WHAT IS NEEDED >> Lines to return, exactly: from the line with "v -5.784 3.48 8" to the line with "v 0.823 5.438 8" in the entries below, both included.

Saved data entries >>
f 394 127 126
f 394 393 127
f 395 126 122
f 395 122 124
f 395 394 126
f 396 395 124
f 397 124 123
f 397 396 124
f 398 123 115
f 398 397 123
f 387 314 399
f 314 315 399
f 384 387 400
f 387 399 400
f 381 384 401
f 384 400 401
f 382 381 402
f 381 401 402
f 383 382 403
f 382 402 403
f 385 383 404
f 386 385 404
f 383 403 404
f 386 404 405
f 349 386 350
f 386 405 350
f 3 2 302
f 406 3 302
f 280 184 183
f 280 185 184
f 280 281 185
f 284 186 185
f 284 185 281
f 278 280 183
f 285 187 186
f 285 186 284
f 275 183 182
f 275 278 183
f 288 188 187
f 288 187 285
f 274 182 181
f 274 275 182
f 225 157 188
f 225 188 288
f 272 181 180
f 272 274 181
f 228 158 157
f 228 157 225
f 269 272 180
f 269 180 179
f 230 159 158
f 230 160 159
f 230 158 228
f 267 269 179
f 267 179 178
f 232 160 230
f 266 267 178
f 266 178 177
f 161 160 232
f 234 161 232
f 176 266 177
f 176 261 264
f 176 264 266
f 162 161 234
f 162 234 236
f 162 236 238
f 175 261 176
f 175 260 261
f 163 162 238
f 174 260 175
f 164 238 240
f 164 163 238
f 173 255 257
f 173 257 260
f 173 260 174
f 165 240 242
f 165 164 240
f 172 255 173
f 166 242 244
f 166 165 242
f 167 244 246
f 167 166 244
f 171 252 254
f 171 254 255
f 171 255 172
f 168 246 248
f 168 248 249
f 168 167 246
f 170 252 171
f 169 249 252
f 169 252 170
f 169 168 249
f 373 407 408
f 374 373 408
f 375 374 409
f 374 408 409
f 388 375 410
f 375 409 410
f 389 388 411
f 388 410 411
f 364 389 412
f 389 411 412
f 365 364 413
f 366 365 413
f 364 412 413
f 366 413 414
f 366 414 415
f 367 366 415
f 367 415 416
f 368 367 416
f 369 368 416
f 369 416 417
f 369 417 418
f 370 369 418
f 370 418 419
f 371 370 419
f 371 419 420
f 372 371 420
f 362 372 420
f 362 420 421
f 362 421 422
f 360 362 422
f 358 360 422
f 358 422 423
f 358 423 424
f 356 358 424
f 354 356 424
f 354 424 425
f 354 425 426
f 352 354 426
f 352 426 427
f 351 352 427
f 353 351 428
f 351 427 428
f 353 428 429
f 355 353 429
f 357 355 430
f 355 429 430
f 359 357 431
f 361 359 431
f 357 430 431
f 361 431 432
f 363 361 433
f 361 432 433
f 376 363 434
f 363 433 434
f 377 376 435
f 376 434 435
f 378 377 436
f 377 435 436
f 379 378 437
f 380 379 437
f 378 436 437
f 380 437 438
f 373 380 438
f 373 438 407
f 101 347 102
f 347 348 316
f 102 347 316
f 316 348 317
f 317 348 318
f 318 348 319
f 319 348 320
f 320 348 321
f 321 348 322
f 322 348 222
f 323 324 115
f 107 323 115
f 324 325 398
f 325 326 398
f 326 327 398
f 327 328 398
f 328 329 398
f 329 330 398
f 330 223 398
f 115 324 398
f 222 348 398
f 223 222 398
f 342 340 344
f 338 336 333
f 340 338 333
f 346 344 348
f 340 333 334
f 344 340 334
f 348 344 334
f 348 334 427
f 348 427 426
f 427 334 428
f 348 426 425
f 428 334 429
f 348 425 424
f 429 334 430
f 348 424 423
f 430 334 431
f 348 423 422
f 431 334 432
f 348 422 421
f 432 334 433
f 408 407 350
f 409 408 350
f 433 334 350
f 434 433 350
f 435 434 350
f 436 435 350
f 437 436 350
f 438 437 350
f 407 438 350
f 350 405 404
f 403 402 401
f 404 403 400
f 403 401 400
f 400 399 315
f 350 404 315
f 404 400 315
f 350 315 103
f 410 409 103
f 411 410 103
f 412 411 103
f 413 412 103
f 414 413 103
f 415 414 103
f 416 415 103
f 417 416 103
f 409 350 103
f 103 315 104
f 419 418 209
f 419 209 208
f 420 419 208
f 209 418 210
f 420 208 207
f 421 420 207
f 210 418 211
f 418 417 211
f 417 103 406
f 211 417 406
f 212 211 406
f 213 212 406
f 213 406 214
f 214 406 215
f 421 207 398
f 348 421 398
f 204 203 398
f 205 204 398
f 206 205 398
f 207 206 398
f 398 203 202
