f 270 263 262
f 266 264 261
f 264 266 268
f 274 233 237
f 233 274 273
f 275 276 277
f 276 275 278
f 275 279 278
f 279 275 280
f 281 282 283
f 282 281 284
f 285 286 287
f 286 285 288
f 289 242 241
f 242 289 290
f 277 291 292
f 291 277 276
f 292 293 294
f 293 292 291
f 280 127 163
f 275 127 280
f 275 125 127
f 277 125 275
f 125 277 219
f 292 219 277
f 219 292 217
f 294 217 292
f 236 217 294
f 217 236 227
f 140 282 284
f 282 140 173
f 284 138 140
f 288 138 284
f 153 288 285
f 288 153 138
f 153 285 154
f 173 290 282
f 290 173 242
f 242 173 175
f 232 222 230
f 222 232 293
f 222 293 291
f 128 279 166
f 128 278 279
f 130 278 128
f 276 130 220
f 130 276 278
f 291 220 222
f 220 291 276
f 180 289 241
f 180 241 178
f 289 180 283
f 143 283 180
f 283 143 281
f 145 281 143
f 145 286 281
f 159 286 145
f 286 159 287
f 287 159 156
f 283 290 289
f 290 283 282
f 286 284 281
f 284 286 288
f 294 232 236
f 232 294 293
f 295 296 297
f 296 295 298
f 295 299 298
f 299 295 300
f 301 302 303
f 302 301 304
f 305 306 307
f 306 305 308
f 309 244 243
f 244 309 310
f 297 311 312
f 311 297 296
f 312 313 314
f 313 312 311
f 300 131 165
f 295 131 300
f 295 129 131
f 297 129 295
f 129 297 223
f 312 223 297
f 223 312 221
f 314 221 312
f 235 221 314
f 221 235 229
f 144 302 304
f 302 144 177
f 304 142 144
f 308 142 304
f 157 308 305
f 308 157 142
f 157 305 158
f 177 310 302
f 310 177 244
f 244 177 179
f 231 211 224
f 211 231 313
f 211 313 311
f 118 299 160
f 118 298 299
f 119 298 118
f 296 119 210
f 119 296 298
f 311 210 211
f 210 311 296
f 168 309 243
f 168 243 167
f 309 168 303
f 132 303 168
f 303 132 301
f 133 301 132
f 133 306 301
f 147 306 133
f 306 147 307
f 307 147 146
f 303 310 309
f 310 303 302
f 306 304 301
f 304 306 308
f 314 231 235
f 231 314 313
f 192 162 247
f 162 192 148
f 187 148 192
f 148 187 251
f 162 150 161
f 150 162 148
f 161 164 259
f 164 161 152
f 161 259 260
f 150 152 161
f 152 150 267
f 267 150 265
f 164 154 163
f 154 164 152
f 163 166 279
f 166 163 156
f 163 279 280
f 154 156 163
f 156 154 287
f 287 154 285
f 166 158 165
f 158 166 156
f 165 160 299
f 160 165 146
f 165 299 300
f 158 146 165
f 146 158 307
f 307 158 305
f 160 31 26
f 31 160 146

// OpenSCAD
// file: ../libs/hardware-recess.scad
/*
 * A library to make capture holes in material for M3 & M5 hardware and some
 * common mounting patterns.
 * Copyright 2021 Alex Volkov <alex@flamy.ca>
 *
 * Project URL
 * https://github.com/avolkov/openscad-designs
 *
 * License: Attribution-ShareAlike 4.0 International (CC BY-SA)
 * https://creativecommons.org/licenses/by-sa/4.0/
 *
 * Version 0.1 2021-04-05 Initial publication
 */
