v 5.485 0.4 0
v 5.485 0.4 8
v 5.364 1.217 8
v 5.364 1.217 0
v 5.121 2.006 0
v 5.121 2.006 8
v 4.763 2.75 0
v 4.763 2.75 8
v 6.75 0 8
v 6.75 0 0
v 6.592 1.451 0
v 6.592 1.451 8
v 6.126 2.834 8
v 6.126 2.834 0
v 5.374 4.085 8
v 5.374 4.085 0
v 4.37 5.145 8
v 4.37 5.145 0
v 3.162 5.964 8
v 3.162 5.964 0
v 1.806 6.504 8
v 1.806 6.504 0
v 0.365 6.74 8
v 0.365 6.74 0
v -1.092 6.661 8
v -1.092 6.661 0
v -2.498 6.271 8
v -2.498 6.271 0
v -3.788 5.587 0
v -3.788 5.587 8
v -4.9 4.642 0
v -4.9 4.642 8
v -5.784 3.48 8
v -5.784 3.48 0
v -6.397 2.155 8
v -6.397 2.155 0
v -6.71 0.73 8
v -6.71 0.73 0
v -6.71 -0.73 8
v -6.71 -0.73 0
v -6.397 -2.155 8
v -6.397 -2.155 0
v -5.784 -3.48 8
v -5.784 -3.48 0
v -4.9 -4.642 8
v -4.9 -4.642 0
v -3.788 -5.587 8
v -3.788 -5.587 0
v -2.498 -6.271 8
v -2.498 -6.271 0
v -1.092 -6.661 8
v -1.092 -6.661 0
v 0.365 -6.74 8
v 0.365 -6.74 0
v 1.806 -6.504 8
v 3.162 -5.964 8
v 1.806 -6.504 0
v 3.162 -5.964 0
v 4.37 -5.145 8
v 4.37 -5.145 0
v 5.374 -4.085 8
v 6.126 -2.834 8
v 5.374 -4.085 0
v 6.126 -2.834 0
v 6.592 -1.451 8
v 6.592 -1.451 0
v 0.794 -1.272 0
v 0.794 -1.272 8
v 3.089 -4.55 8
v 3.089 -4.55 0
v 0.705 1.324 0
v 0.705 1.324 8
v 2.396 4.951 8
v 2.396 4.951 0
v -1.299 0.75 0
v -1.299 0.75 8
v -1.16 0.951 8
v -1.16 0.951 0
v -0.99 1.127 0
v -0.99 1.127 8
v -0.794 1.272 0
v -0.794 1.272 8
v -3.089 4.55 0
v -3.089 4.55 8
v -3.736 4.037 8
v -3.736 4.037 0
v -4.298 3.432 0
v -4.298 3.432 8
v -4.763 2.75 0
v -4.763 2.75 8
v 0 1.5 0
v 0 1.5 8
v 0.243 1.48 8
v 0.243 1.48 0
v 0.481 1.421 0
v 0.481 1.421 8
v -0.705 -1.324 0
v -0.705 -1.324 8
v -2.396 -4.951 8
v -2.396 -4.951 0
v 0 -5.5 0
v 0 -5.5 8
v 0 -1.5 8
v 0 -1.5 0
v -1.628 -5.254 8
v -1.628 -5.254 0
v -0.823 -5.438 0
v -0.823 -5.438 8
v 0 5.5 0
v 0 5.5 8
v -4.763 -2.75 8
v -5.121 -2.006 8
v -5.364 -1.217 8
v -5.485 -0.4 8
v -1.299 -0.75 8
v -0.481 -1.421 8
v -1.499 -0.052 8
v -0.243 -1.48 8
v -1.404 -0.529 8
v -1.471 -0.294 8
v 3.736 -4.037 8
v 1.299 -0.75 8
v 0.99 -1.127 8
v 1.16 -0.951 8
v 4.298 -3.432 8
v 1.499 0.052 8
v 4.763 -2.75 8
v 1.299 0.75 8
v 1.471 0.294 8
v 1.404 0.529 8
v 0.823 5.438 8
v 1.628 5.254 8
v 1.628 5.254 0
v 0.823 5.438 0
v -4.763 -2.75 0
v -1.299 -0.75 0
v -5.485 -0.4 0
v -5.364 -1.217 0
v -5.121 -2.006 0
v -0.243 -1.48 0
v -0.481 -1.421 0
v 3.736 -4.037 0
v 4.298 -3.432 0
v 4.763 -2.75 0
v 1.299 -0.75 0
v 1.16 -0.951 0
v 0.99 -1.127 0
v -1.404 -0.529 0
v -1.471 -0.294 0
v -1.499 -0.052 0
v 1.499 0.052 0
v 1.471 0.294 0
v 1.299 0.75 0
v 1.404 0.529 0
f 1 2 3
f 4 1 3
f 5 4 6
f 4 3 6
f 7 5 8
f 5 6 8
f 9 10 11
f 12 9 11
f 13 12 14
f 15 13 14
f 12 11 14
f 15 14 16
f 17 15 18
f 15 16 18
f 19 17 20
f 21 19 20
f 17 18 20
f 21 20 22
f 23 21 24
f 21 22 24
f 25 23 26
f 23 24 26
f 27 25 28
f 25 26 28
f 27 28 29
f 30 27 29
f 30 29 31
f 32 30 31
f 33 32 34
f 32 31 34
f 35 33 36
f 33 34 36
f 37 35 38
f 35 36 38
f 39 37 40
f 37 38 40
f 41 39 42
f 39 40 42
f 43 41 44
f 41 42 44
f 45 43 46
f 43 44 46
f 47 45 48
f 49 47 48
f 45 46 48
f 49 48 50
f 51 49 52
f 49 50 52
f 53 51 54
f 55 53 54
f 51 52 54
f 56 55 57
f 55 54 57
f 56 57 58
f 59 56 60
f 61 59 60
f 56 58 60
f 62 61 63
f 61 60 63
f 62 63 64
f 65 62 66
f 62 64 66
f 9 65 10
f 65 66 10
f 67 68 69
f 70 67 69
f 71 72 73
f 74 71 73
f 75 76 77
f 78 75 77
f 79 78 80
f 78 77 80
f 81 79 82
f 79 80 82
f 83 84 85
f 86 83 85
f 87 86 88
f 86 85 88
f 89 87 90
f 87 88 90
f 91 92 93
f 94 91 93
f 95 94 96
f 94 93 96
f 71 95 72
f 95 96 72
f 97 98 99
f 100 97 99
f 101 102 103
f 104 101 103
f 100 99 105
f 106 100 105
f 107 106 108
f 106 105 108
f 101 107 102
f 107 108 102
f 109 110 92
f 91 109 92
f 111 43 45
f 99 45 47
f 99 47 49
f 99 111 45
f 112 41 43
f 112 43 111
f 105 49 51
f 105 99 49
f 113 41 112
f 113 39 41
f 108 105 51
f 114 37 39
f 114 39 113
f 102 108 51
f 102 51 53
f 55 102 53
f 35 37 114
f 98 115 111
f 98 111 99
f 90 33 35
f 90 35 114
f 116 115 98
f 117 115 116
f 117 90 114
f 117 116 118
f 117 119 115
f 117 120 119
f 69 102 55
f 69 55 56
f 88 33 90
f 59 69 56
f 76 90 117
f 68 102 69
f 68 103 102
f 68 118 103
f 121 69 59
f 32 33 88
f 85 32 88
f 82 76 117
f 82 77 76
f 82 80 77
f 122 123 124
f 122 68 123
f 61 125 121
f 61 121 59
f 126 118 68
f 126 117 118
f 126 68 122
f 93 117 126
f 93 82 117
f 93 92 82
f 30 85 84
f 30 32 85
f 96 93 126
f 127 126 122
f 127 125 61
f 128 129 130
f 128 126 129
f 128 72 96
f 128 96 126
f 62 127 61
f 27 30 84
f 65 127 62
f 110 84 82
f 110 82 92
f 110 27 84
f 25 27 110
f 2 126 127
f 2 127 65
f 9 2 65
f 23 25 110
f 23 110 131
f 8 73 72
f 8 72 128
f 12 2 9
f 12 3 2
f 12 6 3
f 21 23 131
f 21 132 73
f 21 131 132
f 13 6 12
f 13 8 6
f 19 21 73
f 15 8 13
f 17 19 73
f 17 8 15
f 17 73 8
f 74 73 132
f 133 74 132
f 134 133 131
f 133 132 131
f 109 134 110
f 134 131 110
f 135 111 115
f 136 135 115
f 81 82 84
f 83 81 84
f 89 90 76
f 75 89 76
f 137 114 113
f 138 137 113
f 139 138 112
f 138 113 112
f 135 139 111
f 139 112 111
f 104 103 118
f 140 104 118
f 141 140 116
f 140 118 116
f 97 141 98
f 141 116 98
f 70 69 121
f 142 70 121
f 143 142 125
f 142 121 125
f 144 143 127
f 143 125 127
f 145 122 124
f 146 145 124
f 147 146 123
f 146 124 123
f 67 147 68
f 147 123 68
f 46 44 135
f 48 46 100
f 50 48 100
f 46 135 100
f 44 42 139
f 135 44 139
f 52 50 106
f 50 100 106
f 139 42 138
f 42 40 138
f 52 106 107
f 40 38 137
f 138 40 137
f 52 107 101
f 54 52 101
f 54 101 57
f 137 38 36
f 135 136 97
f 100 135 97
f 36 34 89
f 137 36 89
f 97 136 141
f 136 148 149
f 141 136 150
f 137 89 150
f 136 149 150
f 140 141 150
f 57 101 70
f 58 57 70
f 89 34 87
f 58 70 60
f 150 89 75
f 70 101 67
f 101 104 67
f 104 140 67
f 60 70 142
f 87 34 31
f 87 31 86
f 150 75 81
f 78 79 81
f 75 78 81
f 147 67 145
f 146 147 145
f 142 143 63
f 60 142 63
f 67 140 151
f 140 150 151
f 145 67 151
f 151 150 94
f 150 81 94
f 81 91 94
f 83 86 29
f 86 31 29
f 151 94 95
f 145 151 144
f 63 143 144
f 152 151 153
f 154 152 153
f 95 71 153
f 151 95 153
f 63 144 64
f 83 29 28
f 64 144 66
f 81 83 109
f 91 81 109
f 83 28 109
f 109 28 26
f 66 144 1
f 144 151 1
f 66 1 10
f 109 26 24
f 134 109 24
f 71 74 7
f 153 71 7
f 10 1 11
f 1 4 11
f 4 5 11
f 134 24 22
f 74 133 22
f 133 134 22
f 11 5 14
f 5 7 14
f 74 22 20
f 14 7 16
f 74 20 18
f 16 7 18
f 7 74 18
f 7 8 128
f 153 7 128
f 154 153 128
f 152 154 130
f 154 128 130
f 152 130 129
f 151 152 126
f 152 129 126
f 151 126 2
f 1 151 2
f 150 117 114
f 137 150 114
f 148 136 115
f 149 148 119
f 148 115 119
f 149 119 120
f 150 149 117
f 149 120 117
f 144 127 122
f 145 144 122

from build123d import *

# Parameters (mm, degrees)
F0_R     = 6.75
F1_DEPTH = 8
F3_DEPTH = 25


with BuildPart() as f1:
    # F0 (on Top) → F1 (new body)
    with BuildSketch(Plane.XY):
        Circle(F0_R)
    extrude(amount=F1_DEPTH)

    # F2 (on face) → F3 (cut)
    with BuildSketch(Plane.XY.offset(8)):
        with BuildLine():
            ThreePointArc((0, 1.5), (0.363208, 1.455362), (0.704799, 1.324107))
            Line((0.704799, 1.324107), (2.395915, 4.950716))
            ThreePointArc((2.395915, 4.950716), (1.229036, 5.360921), (0, 5.5))
            Line((0, 5.5), (0, 1.5))
        make_face()
        with BuildLine():
            ThreePointArc((1.299038, 0.75), (1.441985, 0.413134), (1.499109, 0.051679))
            Line((1.499109, 0.051679), (5.485404, 0.400435))
            ThreePointArc((5.485404, 0.400435), (5.257212, 1.616084), (4.76314, 2.75))
            Line((4.76314, 2.75), (1.299038, 0.75))
        make_face()
        with BuildLine():
            Line((4.76314, -2.75), (1.299038, -0.75))
            ThreePointArc((1.299038, -0.75), (1.078777, -1.042229), (0.79431, -1.272427))
            Line((0.79431, -1.272427), (3.089488, -4.550281))
            ThreePointArc((3.089488, -4.550281), (4.028175, -3.744837), (4.76314, -2.75))
        make_face()
        with BuildLine():
            Line((0, -5.5), (0, -1.5))
            ThreePointArc((0, -1.5), (-0.363208, -1.455362), (-0.704799, -1.324107))
            Line((-0.704799, -1.324107), (-2.395915, -4.950716))
            ThreePointArc((-2.395915, -4.950716), (-1.229036, -5.360921), (0, -5.5))
        make_face()
        with BuildLine():
            Line((-4.76314, -2.75), (-1.299038, -0.75))
            ThreePointArc((-1.299038, -0.75), (-1.441985, -0.413134), (-1.499109, -0.051679))
            Line((-1.499109, -0.051679), (-5.485404, -0.400435))
            ThreePointArc((-5.485404, -0.400435), (-5.257212, -1.616084), (-4.76314, -2.75))
        make_face()
        with BuildLine():
            ThreePointArc((-1.299038, 0.75), (-1.078777, 1.042229), (-0.79431, 1.272427))
            Line((-0.79431, 1.272427), (-3.089488, 4.550281))
            ThreePointArc((-3.089488, 4.550281), (-4.028175, 3.744837), (-4.76314, 2.75))
            Line((-4.76314, 2.75), (-1.299038, 0.75))
        make_face()
    extrude(amount=-F3_DEPTH, mode=Mode.SUBTRACT)


solid = f1.part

RESPONSE FOR THIS EXERCISE >>
v -5.784 3.48 8
v -5.784 3.48 0
v -6.397 2.155 8
v -6.397 2.155 0
v -6.71 0.73 8
v -6.71 0.73 0
v -6.71 -0.73 8
v -6.71 -0.73 0
v -6.397 -2.155 8
v -6.397 -2.155 0
v -5.784 -3.48 8
v -5.784 -3.48 0
v -4.9 -4.642 8
v -4.9 -4.642 0
v -3.788 -5.587 8
v -3.788 -5.587 0
v -2.498 -6.271 8
v -2.498 -6.271 0
v -1.092 -6.661 8
v -1.092 -6.661 0
v 0.365 -6.74 8
v 0.365 -6.74 0
v 1.806 -6.504 8
v 3.162 -5.964 8
v 1.806 -6.504 0
v 3.162 -5.964 0
v 4.37 -5.145 8
v 4.37 -5.145 0
v 5.374 -4.085 8
v 6.126 -2.834 8
v 5.374 -4.085 0
v 6.126 -2.834 0
v 6.592 -1.451 8
v 6.592 -1.451 0
v 0.794 -1.272 0
v 0.794 -1.272 8
v 3.089 -4.55 8
v 3.089 -4.55 0
v 0.705 1.324 0
v 0.705 1.324 8
v 2.396 4.951 8
v 2.396 4.951 0
v -1.299 0.75 0
v -1.299 0.75 8
v -1.16 0.951 8
v -1.16 0.951 0
v -0.99 1.127 0
v -0.99 1.127 8
v -0.794 1.272 0
v -0.794 1.272 8
v -3.089 4.55 0
v -3.089 4.55 8
v -3.736 4.037 8
v -3.736 4.037 0
v -4.298 3.432 0
v -4.298 3.432 8
v -4.763 2.75 0
v -4.763 2.75 8
v 0 1.5 0
v 0 1.5 8
v 0.243 1.48 8
v 0.243 1.48 0
v 0.481 1.421 0
v 0.481 1.421 8
v -0.705 -1.324 0
v -0.705 -1.324 8
v -2.396 -4.951 8
v -2.396 -4.951 0
v 0 -5.5 0
v 0 -5.5 8
v 0 -1.5 8
v 0 -1.5 0
v -1.628 -5.254 8
v -1.628 -5.254 0
v -0.823 -5.438 0
v -0.823 -5.438 8
v 0 5.5 0
v 0 5.5 8
v -4.763 -2.75 8
v -5.121 -2.006 8
v -5.364 -1.217 8
v -5.485 -0.4 8
v -1.299 -0.75 8
v -0.481 -1.421 8
v -1.499 -0.052 8
v -0.243 -1.48 8
v -1.404 -0.529 8
v -1.471 -0.294 8
v 3.736 -4.037 8
v 1.299 -0.75 8
v 0.99 -1.127 8
v 1.16 -0.951 8
v 4.298 -3.432 8
v 1.499 0.052 8
v 4.763 -2.75 8
v 1.299 0.75 8
v 1.471 0.294 8
v 1.404 0.529 8
v 0.823 5.438 8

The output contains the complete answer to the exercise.